Cancer is an important core theme of medical research at the  Plymouth Institute of Health and Care Research with a particular focus on lymphoma, brain tumours and oral cancer. 

We are seeking to understand the differences between normal and aberrant signalling which promote metaplasia and cancer; and how biological information and genetics can be used in translational and clinical research strategies to improve patient therapy globally

Brain Tumour Research

Our team of researchers, led by Professor Oliver Hanemann, works closely with the charity Brain Tumour Research as one of three UK universities with a Brain Tumour Research Centre of Excellence. 

We are leaders in the investigation of low-grade brain tumours, which are usually slow-growing and frequently affect children and young adults. Areas of specific research activity include mechanisms of tumour initiation, setting international standards for biomarker development in Neurofibromatosis, defining new drug targets in merlin-deficient brain tumours and investigating use of combination therapy through research into brain tumour micro-environment and tumour immunology.

Cell control in the peripheral nervous system

Our research focuses on the control of myelination and repair in the peripheral nervous system (PNS). 

The PNS is myelinated by Schwann cells which ensheath and myelinate the large caliber axons and allow rapid (saltatory) conduction of nerve impulses. A key interest is the investigation of what underlies the remarkable ability of Schwann cells to regenerate and repair injury in the peripheral nervous system and how proteins such as c-Jun and Sox-2, both transcription factors, facilitate this repair and cell plasticity.
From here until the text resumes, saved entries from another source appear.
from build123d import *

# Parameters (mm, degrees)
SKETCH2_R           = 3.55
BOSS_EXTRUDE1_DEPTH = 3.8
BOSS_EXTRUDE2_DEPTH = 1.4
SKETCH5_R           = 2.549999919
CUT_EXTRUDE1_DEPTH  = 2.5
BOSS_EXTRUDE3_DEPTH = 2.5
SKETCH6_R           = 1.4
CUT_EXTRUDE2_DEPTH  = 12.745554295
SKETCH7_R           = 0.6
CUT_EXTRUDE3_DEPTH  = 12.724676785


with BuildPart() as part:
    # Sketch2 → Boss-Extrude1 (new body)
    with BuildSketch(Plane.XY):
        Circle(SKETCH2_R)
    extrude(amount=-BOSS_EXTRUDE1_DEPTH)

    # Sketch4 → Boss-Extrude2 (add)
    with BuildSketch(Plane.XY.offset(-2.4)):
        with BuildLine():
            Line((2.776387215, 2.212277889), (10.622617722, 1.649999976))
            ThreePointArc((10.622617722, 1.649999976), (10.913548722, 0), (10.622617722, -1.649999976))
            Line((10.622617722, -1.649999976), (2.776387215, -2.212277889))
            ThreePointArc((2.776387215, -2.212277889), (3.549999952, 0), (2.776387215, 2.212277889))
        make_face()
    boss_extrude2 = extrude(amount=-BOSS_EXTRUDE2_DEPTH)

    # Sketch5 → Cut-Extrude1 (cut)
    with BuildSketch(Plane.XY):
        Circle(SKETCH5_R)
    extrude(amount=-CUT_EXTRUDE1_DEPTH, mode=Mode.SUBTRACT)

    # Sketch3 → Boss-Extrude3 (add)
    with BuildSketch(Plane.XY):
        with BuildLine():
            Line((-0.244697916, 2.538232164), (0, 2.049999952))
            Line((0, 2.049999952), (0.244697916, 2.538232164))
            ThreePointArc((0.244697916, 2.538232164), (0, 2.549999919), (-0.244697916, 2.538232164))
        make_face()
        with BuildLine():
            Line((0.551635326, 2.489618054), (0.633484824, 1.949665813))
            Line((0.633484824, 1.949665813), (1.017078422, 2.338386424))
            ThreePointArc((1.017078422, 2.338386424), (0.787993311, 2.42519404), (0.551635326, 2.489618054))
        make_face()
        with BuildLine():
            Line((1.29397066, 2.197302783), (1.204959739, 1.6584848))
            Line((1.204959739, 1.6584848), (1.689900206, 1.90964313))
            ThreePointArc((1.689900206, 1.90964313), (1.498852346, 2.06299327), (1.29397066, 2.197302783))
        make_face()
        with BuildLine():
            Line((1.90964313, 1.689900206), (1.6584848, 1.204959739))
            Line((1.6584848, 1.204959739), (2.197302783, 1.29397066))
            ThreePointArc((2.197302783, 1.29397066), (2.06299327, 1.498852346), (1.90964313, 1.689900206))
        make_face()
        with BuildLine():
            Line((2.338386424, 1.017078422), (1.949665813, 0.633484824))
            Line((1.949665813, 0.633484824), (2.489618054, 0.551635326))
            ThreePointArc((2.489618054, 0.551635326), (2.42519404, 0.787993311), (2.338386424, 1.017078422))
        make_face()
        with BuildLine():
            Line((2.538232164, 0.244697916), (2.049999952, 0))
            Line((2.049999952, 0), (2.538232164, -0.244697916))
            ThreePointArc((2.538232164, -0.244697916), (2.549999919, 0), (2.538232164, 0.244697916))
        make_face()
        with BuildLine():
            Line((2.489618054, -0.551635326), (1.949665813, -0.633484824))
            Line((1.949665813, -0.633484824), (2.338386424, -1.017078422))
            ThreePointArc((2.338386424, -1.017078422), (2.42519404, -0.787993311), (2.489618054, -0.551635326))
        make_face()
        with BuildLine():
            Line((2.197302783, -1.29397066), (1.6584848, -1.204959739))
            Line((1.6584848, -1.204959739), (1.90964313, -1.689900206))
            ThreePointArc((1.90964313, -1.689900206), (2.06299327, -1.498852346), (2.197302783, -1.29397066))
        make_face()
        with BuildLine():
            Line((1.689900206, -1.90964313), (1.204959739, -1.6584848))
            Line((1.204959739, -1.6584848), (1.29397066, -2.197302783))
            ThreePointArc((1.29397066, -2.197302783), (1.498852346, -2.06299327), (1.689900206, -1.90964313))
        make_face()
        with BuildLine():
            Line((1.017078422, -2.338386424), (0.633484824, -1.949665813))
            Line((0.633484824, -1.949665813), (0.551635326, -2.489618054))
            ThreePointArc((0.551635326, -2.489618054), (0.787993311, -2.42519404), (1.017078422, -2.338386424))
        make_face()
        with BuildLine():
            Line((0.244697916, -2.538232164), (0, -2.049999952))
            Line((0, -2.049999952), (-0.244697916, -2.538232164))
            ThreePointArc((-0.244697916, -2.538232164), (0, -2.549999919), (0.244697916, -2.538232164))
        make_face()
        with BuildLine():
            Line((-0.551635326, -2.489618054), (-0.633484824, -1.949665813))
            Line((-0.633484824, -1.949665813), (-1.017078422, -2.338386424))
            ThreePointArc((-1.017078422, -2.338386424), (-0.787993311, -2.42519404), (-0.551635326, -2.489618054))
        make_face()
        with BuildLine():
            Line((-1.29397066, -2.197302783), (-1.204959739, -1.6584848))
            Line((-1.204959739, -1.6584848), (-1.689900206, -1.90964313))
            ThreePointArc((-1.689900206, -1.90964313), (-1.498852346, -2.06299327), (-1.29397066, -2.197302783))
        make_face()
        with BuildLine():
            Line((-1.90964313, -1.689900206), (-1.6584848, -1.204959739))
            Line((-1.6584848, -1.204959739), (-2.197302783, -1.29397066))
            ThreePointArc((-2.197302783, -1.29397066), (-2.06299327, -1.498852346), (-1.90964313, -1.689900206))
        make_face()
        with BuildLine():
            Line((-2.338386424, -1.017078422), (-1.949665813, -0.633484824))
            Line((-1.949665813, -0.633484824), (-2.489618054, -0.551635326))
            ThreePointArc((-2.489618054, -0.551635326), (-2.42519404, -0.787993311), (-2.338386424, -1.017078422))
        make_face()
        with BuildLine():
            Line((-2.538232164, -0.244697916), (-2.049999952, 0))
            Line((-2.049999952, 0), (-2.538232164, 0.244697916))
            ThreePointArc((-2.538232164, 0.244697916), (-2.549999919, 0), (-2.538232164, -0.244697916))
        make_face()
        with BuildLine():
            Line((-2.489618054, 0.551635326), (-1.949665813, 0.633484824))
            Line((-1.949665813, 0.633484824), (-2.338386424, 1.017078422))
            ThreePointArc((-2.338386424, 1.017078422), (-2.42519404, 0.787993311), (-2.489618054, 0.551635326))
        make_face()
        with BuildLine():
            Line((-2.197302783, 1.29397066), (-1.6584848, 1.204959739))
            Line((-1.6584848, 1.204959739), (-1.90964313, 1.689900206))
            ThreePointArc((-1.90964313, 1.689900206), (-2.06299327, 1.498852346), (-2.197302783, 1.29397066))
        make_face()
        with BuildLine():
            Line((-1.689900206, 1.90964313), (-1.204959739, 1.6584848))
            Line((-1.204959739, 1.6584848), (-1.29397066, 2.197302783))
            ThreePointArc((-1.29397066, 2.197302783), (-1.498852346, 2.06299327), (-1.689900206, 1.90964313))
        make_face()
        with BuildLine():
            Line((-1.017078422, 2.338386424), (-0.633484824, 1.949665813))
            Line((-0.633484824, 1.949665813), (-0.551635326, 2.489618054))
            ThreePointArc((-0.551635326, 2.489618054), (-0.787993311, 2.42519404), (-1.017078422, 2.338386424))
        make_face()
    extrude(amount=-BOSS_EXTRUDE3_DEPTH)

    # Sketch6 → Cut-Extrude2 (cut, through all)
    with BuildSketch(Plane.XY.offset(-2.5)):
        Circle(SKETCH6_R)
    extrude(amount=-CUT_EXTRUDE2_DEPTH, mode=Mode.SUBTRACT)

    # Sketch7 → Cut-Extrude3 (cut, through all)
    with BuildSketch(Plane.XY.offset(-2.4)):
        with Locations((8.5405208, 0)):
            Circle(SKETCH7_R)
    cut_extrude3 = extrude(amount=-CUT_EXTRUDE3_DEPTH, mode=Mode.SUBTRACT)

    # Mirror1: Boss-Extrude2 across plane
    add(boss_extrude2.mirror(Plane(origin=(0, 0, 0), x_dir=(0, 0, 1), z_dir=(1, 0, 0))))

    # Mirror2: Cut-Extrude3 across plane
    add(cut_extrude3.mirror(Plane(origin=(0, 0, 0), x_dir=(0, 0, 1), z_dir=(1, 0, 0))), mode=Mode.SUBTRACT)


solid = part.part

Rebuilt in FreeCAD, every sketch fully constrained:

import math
import FreeCAD as App
import Part
import Sketcher

V = App.Vector

doc = App.newDocument("Part")
body = doc.addObject("PartDesign::Body", "Body")

# Sketch on XY plane
sketch1 = body.newObject("Sketcher::SketchObject", "Sketch")
sketch1.AttachmentSupport = (doc.getObject("XY_Plane"), [""])
sketch1.MapMode = "FlatFace"
sketch1.addGeometry(Part.Circle(V(0, 0, 0), V(0, 0, 1), 3.5), False)
sketch1.addConstraint([
    Sketcher.Constraint("Coincident", 0, 3, -1, 1),
    Sketcher.Constraint("Diameter", 0, 7.1),
])
pad1 = body.newObject("PartDesign::Pad", "Pad")
pad1.Profile = sketch1
pad1.Length = 3.8
pad1.Reversed = True

# Sketch on XY plane
sketch2 = body.newObject("Sketcher::SketchObject", "Sketch001")
sketch2.AttachmentSupport = (doc.getObject("XY_Plane"), [""])
sketch2.MapMode = "FlatFace"
sketch2.AttachmentOffset = App.Placement(V(0, 0, -2.4), App.Rotation())
sketch2.addGeometry([
    Part.LineSegment(V(10.6, 1.6, 0), V(2.8, 2.2, 0)),
    Part.ArcOfCircle(Part.Circle(V(0, 0, 0), V(0, 0, 1), 3.5), math.radians(-39), math.radians(39)),
    Part.LineSegment(V(2.8, -2.2, 0), V(10.6, -1.6, 0)),
    Part.ArcOfCircle(Part.Circle(V(6.1, 0, 0), V(0, 0, 1), 4.8), math.radians(-20), math.radians(20)),
], False)
sketch2.addConstraint([
    Sketcher.Constraint("Coincident", 0, 2, 1, 2),
    Sketcher.Constraint("Coincident", 1, 1, 2, 1),
    Sketcher.Constraint("Coincident", 2, 2, 3, 1),
    Sketcher.Constraint("Coincident", 3, 2, 0, 1),
    Sketcher.Constraint("Coincident", 1, 3, -1, 1),
    Sketcher.Constraint("Symmetric", 2, 2, 3, 2, -1),
    Sketcher.Constraint("Vertical", 0, 2, 1, 1),
    Sketcher.Constraint("Radius", 1, 3.55),
    Sketcher.Constraint("DistanceY", 2, 2, 3, 2, 3.3),
    Sketcher.Constraint("Radius", 3, 4.82441),
    Sketcher.Constraint("Distance", 0, 7.866352),
    Sketcher.Constraint("DistanceX", -1, 1, 3, 3, 6.089139),
])
pad2 = body.newObject("PartDesign::Pad", "Pad001")
pad2.Profile = sketch2
pad2.Length = 1.4
pad2.Reversed = True

# Sketch on XY plane
sketch3 = body.newObject("Sketcher::SketchObject", "Sketch002")
sketch3.AttachmentSupport = (doc.getObject("XY_Plane"), [""])
sketch3.MapMode = "FlatFace"
sketch3.addGeometry(Part.Circle(V(0, 0, 0), V(0, 0, 1), 2.5), False)
sketch3.addConstraint([
    Sketcher.Constraint("Coincident", 0, 3, -1, 1),
    Sketcher.Constraint("Diameter", 0, 5.1),
])
pocket1 = body.newObject("PartDesign::Pocket", "Pocket")
pocket1.Profile = sketch3
pocket1.Length = 2.5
Loss of the tumour suppressor Merlin causes tumours of Schwann cells, schwannomas, and we are also interested in the initiation events and changes in cell signalling that occur in these tumours.

Professor David Parkinson

Hematopoiesis and immune cell cancer

Hematopoiesis is a complex but precisely regulated process, with hematopoietic stem cells (HSC) differentiating to give rise to the progenitor cells of lymphoid, myeloid and erythroid lineages. An array of transcription factors (TF) and other signalling molecules control this lineage differentiation process in order to keep us healthy and immune competent. Anomaly in these TFs' activity or loss of any component of the signalling pathways very often results in pathological conditions such as immunodeficiency or leukemia and lymphoma. 

Our lab is working to elucidate the role of the Nuclear Factor of Activated T cell (NFAT) family of TFs in HSC maintenance, differentiation of various lineages, and in the disorders that are associated with this process.

Liver cancer

This work has focused on universal tumour associated antigens (U-TAA) and their possible role in primary liver tumours. Through telomerase and survivin sequencing (from both tumour and non-tumour tissue) in formalin fixed, paraffin embedded, archived tissue samples, we have highlighted clear differences both between tumour and non-tumour tissues and between primary liver tumour types. We plan to complete further work looking for serum biomarkers of liver tumour development in the exosomal fraction of sera stored in the biobank.

(Cramp, Rupar).

Lymphoma and leukaemia drug targets

This research focuses on understanding behaviour of neoplastic lymphocytes of mantle cell lymphoma and chronic lymphocytic leukaemia within tissue microenvironments and applying that understanding to look at how novel treatments targeted at signal molecules (such as BTK) achieve their effects.

Doctor Claire Hutchinson

Molecular basis of stem cell activation and maintenance in development and cancer

Using various in vivo and in vitro models, and through broad international collaborations, this group’s research focuses on the following:

  • Molecular mechanism of cancer initiation, and early intervention and prevention, in skin non-melanoma cancer and oral cancer. 
  • Signalling interference in stem-cell fate determination. 
  • Epithelial-mesenchymal interactions in controlling organgensis and regeneration.

Professor Bing Hu

Neural Stem Cell (De)regulation and Brain Tumour Initiation

The controlled generation of new neurons and glia cells in the brain from Neural Stem Cell (NSC) progenitors is crucial not only during embryonic development but throughout adult life. Deregulation of adult NSCs or their lineage can lead to a variety of brain disorders, including tumour formation. 

Our team uses one of the best in vivo genetic models available, the Drosophila central nervous system, to reveal signals controlling Neural Stem Cell mitotic activation, cell fate and lineage maturation in both normal and pathological conditions such as upon brain tumour initiation and growth. Our studies involve functional genetics, gene expression analysis, biochemical and imaging assays. We translate our findings to the human brain using human brain cell cultures, tissues and tumour samples.

Dr Claudia Barros

New targets for cancer treatment

CCN genes modulate core stem cell signalling pathways including TGF beta, BMP, Wnt – Beta-catenin and Notch. Deregulated stem cell signalling forms the basis of tumourigenesis and also resistance to therapy. Abberations in CCN expression have been associated with haematological malignancy and also many solid tumours. 

Current projects investigate the roles of CCN1 in driving disease aggression and resistance in prostate cancer, leukaemia and lymphoma. Identification of novel strategies will enable development of specific targeted agents for patient benefit in modern medicine.